Once you have read the entries, copy all of them exactly.
───── Given entries ─────
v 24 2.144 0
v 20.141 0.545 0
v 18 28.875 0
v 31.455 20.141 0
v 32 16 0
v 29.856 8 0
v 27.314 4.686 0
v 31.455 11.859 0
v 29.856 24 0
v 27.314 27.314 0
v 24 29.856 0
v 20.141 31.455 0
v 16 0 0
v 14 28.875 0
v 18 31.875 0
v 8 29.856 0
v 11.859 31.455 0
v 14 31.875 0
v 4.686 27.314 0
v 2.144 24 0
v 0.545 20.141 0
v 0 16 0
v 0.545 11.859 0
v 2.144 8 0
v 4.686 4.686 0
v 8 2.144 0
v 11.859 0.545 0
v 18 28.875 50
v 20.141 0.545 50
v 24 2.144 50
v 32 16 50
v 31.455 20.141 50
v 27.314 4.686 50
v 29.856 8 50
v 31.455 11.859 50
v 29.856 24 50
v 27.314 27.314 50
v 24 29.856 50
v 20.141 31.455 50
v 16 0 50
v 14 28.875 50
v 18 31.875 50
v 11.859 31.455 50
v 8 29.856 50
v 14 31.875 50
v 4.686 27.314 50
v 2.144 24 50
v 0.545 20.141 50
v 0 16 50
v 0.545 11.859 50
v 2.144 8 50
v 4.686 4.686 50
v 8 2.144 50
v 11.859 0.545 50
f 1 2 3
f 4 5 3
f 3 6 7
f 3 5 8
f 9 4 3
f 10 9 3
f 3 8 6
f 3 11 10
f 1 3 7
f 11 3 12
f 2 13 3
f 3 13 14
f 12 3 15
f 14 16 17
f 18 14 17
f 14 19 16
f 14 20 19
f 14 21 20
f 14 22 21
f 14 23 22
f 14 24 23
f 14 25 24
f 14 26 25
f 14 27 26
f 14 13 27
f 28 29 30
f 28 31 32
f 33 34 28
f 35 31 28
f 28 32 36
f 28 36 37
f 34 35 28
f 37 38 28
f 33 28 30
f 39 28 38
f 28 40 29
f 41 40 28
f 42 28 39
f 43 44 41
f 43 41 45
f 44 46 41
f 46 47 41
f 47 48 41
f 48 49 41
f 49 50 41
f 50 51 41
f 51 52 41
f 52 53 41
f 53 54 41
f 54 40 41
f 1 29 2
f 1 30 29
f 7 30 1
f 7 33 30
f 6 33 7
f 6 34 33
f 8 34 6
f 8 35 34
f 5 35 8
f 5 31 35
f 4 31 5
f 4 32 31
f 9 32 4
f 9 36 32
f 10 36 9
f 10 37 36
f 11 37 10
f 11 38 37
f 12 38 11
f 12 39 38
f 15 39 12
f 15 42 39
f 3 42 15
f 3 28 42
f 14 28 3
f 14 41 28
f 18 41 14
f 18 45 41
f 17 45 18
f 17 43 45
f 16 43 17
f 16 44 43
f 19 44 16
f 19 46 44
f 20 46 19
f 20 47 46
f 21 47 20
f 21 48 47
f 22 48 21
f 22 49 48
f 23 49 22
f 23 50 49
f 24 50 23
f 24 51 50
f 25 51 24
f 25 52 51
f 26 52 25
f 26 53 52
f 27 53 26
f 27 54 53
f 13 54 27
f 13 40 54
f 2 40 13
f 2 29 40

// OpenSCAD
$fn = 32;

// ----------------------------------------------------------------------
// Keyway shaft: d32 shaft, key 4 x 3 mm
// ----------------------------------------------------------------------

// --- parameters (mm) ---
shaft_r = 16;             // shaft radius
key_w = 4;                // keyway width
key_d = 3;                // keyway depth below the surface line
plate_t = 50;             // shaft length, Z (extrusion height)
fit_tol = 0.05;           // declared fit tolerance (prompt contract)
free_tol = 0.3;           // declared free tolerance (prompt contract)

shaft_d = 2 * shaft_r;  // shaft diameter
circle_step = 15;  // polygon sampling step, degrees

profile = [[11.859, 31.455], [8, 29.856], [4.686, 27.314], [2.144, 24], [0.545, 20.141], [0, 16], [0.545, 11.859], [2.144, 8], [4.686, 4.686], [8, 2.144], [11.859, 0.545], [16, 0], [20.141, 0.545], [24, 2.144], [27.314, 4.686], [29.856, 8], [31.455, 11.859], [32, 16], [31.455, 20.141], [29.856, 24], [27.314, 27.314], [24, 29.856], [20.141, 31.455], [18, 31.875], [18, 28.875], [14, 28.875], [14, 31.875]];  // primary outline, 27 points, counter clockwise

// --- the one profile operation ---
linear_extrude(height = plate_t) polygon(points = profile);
─────
## Answer space
v 24 2.144 0
v 20.141 0.545 0
v 18 28.875 0
v 31.455 20.141 0
v 32 16 0
v 29.856 8 0
v 27.314 4.686 0
v 31.455 11.859 0
v 29.856 24 0
v 27.314 27.314 0
v 24 29.856 0
v 20.141 31.455 0
v 16 0 0
v 14 28.875 0
v 18 31.875 0
v 8 29.856 0
v 11.859 31.455 0
v 14 31.875 0
v 4.686 27.314 0
v 2.144 24 0
v 0.545 20.141 0
v 0 16 0
v 0.545 11.859 0
v 2.144 8 0
v 4.686 4.686 0
v 8 2.144 0
v 11.859 0.545 0
v 18 28.875 50
v 20.141 0.545 50
v 24 2.144 50
v 32 16 50
v 31.455 20.141 50
v 27.314 4.686 50
v 29.856 8 50
v 31.455 11.859 50
v 29.856 24 50
v 27.314 27.314 50
v 24 29.856 50
v 20.141 31.455 50
v 16 0 50
v 14 28.875 50
v 18 31.875 50
v 11.859 31.455 50
v 8 29.856 50
v 14 31.875 50
v 4.686 27.314 50
v 2.144 24 50
v 0.545 20.141 50
v 0 16 50
v 0.545 11.859 50
v 2.144 8 50
v 4.686 4.686 50
v 8 2.144 50
v 11.859 0.545 50
f 1 2 3
f 4 5 3
f 3 6 7
f 3 5 8
f 9 4 3
f 10 9 3
f 3 8 6
f 3 11 10
f 1 3 7
f 11 3 12
f 2 13 3
f 3 13 14
f 12 3 15
f 14 16 17
f 18 14 17
f 14 19 16
f 14 20 19
f 14 21 20
f 14 22 21
f 14 23 22
f 14 24 23
f 14 25 24
f 14 26 25
f 14 27 26
f 14 13 27
f 28 29 30
f 28 31 32
f 33 34 28
f 35 31 28
f 28 32 36
f 28 36 37
f 34 35 28
f 37 38 28
f 33 28 30
f 39 28 38
f 28 40 29
f 41 40 28
f 42 28 39
f 43 44 41
f 43 41 45
f 44 46 41
f 46 47 41
f 47 48 41
f 48 49 41
f 49 50 41
f 50 51 41
f 51 52 41
f 52 53 41
f 53 54 41
f 54 40 41
f 1 29 2
f 1 30 29
f 7 30 1
f 7 33 30
f 6 33 7
f 6 34 33
f 8 34 6
f 8 35 34
f 5 35 8
f 5 31 35
f 4 31 5
f 4 32 31
f 9 32 4
f 9 36 32
f 10 36 9
f 10 37 36
f 11 37 10
f 11 38 37
f 12 38 11
f 12 39 38
f 15 39 12
f 15 42 39
f 3 42 15
f 3 28 42
f 14 28 3
f 14 41 28
f 18 41 14
f 18 45 41
f 17 45 18
f 17 43 45
f 16 43 17
f 16 44 43
f 19 44 16
f 19 46 44
f 20 46 19
f 20 47 46
f 21 47 20
f 21 48 47
f 22 48 21
f 22 49 48
f 23 49 22
f 23 50 49
f 24 50 23
f 24 51 50
f 25 51 24
f 25 52 51
f 26 52 25
f 26 53 52
f 27 53 26
f 27 54 53
f 13 54 27
f 13 40 54
f 2 40 13
f 2 29 40

// OpenSCAD
$fn = 32;

// ----------------------------------------------------------------------
// Keyway shaft: d32 shaft, key 4 x 3 mm
// ----------------------------------------------------------------------

// --- parameters (mm) ---
shaft_r = 16;             // shaft radius
key_w = 4;                // keyway width
key_d = 3;                // keyway depth below the surface line
plate_t = 50;             // shaft length, Z (extrusion height)
fit_tol = 0.05;           // declared fit tolerance (prompt contract)
free_tol = 0.3;           // declared free tolerance (prompt contract)

shaft_d = 2 * shaft_r;  // shaft diameter
circle_step = 15;  // polygon sampling step, degrees

profile = [[11.859, 31.455], [8, 29.856], [4.686, 27.314], [2.144, 24], [0.545, 20.141], [0, 16], [0.545, 11.859], [2.144, 8], [4.686, 4.686], [8, 2.144], [11.859, 0.545], [16, 0], [20.141, 0.545], [24, 2.144], [27.314, 4.686], [29.856, 8], [31.455, 11.859], [32, 16], [31.455, 20.141], [29.856, 24], [27.314, 27.314], [24, 29.856], [20.141, 31.455], [18, 31.875], [18, 28.875], [14, 28.875], [14, 31.875]];  // primary outline, 27 points, counter clockwise

// --- the one profile operation ---
linear_extrude(height = plate_t) polygon(points = profile);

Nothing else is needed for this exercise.